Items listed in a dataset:
───

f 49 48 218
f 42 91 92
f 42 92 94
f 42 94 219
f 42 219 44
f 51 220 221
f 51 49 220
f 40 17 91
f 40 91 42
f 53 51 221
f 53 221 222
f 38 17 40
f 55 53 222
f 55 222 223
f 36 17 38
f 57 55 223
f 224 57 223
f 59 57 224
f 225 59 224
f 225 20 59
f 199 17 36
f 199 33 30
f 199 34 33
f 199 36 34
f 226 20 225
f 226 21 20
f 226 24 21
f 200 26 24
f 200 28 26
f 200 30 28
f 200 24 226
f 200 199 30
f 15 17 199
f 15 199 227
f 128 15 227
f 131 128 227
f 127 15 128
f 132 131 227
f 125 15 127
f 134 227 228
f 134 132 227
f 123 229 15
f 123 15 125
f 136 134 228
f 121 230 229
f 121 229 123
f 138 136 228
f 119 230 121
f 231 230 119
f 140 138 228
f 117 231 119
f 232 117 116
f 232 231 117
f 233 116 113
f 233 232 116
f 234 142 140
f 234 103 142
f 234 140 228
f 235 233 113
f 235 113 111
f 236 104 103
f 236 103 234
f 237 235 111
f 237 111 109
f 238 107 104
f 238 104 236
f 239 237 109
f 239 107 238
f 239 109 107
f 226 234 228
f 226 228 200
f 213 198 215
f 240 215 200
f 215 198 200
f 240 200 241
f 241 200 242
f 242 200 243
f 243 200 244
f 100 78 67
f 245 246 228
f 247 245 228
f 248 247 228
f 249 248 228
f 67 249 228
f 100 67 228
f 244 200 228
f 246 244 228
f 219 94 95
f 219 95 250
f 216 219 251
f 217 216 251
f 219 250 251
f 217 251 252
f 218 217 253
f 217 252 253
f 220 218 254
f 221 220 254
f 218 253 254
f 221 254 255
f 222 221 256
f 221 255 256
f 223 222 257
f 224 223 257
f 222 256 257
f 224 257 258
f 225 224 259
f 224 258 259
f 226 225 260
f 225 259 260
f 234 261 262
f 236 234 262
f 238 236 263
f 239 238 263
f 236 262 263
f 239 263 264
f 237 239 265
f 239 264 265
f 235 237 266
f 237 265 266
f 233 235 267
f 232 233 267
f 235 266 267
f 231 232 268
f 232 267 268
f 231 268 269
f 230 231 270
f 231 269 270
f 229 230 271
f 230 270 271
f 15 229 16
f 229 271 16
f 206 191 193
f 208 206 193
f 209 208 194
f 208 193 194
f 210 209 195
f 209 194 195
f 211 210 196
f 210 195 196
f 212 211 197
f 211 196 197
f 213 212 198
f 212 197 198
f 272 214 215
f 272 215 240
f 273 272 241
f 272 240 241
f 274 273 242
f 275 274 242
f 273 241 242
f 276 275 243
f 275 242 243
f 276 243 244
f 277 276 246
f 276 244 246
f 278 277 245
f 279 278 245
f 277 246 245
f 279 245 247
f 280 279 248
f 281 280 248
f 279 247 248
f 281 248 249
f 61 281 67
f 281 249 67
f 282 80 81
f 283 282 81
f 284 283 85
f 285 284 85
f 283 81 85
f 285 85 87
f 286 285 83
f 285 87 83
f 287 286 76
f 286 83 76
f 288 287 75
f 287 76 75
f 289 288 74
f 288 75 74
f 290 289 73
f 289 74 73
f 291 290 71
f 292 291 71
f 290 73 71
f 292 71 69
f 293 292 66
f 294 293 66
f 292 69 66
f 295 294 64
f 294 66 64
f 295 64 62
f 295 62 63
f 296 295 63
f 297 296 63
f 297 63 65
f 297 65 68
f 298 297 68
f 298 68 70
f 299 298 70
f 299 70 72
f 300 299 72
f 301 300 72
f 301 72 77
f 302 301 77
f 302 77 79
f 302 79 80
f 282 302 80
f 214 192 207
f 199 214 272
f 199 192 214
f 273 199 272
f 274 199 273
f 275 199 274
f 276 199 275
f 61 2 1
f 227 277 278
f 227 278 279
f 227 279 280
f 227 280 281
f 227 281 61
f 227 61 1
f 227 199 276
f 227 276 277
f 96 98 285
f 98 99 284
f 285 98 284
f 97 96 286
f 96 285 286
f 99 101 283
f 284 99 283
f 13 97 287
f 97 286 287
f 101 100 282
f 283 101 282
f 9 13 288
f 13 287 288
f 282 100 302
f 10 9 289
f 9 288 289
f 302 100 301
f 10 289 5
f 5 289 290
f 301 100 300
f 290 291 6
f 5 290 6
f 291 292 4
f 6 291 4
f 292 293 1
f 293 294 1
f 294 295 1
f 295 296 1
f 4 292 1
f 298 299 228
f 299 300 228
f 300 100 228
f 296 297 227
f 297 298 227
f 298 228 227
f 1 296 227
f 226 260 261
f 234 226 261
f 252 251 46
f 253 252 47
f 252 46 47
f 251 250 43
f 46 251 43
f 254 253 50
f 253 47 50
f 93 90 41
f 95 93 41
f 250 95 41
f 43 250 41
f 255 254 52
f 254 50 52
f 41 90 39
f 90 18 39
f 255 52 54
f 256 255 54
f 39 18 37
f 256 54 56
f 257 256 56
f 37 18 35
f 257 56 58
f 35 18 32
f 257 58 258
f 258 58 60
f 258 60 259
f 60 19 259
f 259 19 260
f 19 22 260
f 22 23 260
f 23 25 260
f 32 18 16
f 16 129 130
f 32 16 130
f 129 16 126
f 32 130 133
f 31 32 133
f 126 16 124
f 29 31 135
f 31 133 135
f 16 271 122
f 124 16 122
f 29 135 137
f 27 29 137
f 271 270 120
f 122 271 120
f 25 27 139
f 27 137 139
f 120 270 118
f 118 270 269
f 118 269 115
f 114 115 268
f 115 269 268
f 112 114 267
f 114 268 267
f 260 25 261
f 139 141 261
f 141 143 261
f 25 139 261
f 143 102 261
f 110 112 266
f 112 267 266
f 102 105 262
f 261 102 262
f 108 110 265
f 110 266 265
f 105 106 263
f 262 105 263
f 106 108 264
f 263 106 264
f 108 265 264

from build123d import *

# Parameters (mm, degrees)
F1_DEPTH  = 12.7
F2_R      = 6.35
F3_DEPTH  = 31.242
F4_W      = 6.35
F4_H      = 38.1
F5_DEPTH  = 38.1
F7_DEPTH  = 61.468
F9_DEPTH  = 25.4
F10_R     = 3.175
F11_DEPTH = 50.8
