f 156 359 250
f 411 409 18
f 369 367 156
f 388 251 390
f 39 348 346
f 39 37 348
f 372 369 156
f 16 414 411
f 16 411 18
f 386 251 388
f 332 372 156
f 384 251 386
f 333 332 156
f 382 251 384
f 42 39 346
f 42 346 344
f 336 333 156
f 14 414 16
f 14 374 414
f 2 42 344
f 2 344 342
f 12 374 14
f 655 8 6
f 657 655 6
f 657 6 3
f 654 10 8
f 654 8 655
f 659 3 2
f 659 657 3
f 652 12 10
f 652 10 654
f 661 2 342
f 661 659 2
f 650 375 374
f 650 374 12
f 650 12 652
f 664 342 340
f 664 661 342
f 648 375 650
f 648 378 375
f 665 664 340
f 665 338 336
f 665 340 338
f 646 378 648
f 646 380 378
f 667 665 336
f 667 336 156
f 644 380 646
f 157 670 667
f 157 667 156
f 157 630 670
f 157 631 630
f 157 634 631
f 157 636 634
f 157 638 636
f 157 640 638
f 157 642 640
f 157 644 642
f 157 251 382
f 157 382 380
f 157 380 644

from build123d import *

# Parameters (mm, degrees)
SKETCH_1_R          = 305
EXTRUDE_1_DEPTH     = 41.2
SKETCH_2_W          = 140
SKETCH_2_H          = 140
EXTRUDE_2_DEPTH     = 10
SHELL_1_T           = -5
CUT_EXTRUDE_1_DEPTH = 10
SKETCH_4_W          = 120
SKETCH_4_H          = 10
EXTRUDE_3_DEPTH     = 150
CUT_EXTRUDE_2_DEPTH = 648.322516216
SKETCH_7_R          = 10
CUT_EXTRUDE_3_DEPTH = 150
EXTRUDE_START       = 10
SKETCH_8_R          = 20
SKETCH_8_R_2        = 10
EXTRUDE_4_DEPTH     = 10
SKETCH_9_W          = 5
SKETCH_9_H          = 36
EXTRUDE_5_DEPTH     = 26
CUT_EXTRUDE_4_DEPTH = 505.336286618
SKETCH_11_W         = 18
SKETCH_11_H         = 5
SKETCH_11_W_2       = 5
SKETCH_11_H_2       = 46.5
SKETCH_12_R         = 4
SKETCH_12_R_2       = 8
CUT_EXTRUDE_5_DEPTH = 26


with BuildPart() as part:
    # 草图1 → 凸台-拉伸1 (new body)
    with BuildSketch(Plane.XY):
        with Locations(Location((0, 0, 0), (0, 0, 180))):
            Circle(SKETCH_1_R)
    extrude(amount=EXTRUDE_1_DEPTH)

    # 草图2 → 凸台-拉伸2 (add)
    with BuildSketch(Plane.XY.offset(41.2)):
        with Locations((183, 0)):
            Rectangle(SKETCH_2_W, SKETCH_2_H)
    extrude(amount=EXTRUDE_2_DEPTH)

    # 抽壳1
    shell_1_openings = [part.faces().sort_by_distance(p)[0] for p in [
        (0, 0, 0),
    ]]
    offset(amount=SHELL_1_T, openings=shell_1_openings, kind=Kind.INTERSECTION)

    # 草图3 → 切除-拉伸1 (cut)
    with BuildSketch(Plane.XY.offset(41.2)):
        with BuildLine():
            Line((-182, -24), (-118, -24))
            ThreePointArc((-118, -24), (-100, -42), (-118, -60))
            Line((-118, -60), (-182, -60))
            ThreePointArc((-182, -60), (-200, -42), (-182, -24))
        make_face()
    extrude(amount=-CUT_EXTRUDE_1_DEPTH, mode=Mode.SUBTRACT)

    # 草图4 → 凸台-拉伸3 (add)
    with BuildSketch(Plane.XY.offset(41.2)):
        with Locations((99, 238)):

───

Exercise instructions:
Among the lines above, return those that hold the word "part".

Worked solution:
with BuildPart() as part:
    shell_1_openings = [part.faces().sort_by_distance(p)[0] for p in [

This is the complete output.